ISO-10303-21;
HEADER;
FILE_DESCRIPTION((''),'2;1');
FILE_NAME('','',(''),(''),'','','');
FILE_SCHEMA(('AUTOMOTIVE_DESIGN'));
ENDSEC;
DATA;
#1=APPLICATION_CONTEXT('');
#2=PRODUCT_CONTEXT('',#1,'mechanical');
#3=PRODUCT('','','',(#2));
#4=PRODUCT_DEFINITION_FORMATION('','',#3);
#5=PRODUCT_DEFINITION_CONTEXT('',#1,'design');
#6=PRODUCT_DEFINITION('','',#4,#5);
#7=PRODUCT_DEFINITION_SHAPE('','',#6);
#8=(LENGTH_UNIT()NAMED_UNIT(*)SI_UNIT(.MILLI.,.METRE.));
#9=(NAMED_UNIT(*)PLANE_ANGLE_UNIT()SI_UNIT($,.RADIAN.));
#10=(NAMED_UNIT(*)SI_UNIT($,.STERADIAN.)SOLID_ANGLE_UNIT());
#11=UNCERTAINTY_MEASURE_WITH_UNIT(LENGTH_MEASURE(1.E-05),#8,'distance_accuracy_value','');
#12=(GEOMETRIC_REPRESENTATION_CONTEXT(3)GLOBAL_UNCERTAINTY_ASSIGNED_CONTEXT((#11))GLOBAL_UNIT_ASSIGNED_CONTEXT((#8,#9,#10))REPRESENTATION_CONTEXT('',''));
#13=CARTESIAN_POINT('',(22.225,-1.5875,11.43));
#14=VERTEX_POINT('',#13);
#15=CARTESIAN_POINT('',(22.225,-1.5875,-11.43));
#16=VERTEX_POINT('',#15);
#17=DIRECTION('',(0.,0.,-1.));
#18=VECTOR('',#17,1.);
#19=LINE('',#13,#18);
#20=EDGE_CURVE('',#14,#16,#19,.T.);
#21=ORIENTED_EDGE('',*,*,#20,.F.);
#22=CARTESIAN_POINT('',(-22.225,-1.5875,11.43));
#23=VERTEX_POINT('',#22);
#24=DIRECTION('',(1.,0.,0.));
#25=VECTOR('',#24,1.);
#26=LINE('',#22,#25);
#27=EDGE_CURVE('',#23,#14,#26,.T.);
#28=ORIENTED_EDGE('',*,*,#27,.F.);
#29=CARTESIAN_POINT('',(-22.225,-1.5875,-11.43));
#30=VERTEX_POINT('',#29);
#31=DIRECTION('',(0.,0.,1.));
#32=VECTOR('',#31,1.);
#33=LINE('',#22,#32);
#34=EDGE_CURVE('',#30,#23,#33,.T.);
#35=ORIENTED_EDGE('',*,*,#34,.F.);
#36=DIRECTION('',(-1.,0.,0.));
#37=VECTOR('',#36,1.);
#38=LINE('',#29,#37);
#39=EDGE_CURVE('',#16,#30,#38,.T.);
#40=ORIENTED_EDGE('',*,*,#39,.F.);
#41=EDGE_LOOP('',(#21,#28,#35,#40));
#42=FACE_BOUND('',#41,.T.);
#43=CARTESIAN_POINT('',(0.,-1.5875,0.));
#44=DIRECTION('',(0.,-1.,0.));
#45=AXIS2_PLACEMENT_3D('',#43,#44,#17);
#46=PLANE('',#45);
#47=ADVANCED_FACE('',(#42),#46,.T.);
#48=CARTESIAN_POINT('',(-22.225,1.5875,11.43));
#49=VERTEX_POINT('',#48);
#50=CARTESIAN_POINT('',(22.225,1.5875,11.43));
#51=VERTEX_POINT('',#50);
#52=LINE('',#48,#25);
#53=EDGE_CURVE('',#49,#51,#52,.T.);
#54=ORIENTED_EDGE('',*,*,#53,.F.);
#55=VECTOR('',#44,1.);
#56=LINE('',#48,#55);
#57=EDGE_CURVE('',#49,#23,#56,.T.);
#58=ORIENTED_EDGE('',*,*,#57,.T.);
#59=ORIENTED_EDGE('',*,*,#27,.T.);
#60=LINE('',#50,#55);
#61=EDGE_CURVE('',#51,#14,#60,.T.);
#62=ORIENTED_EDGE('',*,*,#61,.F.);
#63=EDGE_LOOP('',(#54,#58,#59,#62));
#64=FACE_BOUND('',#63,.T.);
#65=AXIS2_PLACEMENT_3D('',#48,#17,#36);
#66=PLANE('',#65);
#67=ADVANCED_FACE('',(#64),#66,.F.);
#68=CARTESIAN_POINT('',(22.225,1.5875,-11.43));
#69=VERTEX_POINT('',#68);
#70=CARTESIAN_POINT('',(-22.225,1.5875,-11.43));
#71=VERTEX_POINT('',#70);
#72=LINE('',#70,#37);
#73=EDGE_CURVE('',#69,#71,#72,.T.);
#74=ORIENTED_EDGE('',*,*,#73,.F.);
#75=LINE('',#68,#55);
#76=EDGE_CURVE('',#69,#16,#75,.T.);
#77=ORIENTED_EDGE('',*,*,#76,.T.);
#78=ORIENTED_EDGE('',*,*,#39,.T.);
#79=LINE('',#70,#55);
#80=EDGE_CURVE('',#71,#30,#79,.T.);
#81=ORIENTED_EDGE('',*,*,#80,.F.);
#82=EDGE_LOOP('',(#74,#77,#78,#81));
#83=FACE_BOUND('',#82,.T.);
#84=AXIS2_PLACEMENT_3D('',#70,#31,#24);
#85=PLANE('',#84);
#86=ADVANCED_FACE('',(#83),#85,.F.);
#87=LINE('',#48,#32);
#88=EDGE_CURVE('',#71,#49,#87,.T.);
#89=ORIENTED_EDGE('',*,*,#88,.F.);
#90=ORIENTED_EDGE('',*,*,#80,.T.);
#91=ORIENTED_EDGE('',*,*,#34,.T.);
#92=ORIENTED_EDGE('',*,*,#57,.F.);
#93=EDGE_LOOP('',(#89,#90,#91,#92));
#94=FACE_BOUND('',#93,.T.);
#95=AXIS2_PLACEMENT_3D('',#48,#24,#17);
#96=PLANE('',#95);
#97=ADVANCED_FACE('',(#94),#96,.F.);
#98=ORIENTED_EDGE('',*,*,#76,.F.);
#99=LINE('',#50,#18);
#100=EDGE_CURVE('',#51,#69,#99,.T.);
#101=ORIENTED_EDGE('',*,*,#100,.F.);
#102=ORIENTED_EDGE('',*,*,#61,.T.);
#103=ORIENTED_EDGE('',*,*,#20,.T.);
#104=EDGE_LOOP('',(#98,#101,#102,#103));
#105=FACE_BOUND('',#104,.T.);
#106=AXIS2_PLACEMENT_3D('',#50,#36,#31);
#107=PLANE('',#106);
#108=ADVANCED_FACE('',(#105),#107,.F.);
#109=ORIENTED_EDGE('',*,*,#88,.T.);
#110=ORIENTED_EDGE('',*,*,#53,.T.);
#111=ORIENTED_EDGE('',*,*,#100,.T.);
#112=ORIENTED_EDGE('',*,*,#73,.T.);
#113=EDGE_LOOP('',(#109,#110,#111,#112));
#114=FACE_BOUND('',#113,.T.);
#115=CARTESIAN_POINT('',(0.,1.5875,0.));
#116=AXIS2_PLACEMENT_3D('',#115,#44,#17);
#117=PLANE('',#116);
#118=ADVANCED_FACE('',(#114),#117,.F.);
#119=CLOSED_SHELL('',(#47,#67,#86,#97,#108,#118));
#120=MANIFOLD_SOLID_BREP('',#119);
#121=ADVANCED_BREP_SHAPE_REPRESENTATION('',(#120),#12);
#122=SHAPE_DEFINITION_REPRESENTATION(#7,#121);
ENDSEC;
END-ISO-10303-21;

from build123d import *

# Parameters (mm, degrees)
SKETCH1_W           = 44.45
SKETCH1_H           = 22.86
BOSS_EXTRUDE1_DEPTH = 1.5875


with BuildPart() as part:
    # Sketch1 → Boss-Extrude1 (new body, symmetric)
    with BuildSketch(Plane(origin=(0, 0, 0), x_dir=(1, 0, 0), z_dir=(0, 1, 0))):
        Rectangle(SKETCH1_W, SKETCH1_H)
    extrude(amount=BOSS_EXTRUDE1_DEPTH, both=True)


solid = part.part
● ● ●
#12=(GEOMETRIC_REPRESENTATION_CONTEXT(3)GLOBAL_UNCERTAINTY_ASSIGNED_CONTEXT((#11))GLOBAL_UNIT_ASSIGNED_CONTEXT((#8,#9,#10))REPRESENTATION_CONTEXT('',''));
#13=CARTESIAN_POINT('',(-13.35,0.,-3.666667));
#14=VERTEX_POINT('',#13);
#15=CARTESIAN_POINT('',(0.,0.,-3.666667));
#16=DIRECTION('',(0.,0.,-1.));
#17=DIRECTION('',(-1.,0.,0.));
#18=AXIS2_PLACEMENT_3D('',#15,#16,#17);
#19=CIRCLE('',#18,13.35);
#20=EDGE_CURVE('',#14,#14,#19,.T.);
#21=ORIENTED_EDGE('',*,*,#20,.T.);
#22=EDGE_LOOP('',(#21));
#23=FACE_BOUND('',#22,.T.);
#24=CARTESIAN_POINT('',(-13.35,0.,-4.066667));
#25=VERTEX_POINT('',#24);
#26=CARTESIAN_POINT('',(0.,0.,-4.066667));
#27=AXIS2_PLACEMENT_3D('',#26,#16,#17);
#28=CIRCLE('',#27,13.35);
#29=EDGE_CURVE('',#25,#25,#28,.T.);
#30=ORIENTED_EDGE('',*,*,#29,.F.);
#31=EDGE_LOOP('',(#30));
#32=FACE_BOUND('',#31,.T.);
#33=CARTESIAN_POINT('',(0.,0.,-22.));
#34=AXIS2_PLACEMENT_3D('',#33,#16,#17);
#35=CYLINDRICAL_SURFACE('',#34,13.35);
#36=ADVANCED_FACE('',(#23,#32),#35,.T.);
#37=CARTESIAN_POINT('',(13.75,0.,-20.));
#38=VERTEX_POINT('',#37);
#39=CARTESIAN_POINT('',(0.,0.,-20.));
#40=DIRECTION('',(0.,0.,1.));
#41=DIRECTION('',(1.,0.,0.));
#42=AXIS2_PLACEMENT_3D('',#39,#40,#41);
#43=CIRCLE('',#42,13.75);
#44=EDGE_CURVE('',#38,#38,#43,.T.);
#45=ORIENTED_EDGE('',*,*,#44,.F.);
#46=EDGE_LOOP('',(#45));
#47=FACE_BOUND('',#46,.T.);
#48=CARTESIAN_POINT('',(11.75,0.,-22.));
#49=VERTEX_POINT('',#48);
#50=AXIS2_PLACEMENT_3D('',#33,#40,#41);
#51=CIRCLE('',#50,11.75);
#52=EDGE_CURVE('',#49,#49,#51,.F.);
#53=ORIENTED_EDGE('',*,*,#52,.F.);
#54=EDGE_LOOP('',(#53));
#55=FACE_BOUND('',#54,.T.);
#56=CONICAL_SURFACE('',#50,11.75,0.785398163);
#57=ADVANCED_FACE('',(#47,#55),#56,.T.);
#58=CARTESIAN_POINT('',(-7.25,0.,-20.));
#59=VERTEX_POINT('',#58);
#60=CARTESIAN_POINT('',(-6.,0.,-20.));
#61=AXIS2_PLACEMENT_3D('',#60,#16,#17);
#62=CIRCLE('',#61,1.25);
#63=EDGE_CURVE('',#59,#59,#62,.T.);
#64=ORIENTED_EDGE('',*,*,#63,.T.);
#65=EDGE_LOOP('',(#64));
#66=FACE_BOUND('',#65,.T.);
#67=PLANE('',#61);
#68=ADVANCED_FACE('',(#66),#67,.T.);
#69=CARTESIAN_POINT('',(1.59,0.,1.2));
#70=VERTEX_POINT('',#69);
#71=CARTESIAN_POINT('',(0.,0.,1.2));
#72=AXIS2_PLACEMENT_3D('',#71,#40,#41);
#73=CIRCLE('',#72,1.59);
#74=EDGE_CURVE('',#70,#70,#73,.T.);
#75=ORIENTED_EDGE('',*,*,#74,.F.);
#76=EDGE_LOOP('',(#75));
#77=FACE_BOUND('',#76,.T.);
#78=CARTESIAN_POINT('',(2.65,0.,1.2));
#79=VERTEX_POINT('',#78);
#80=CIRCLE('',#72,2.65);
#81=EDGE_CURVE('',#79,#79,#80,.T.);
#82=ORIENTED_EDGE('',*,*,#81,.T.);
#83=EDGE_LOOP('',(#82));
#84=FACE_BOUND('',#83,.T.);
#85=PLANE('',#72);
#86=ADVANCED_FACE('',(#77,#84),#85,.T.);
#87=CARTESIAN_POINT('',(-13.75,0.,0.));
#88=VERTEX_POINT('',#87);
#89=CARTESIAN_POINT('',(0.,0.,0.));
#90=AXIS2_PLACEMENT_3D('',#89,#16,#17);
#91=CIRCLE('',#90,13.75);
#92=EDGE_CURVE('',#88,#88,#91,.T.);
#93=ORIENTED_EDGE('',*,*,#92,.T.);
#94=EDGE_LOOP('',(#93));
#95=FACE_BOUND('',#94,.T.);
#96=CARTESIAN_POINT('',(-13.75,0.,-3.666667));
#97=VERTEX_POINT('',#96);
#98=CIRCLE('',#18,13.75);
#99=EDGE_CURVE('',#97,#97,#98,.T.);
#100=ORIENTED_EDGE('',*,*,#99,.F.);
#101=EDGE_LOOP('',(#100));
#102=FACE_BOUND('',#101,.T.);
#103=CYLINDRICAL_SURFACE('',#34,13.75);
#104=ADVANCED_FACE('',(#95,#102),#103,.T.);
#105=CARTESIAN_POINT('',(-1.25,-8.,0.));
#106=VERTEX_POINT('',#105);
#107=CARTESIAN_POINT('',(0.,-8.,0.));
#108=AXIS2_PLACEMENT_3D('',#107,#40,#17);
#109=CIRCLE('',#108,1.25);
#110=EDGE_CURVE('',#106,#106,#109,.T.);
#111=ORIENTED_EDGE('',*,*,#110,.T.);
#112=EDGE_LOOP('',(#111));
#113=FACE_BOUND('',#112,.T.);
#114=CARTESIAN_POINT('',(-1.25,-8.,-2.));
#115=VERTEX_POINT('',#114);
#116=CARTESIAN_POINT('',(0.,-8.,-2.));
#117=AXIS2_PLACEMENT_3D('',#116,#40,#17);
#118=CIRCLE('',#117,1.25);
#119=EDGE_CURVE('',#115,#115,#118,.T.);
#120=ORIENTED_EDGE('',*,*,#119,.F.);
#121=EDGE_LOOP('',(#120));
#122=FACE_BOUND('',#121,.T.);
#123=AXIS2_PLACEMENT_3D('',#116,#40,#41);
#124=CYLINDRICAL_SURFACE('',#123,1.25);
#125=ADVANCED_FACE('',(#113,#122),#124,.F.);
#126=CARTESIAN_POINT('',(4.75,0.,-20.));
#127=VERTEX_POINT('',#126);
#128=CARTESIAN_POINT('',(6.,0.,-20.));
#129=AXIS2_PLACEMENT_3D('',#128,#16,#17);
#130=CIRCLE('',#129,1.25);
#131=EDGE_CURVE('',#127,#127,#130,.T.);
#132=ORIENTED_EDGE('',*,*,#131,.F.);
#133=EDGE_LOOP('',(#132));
● ● ●
Looking at the entries above, can you reproduce exactly the lines from the one that holds "#62=ORIENTED_EDGE('',*,*,#61,.F.);" through the one that holds "#75=LINE('',#68,#55);", and only those?

» **Solution to the problem**:
#62=ORIENTED_EDGE('',*,*,#61,.F.);
#63=EDGE_LOOP('',(#54,#58,#59,#62));
#64=FACE_BOUND('',#63,.T.);
#65=AXIS2_PLACEMENT_3D('',#48,#17,#36);
#66=PLANE('',#65);
#67=ADVANCED_FACE('',(#64),#66,.F.);
#68=CARTESIAN_POINT('',(22.225,1.5875,-11.43));
#69=VERTEX_POINT('',#68);
#70=CARTESIAN_POINT('',(-22.225,1.5875,-11.43));
#71=VERTEX_POINT('',#70);
#72=LINE('',#70,#37);
#73=EDGE_CURVE('',#69,#71,#72,.T.);
#74=ORIENTED_EDGE('',*,*,#73,.F.);
#75=LINE('',#68,#55);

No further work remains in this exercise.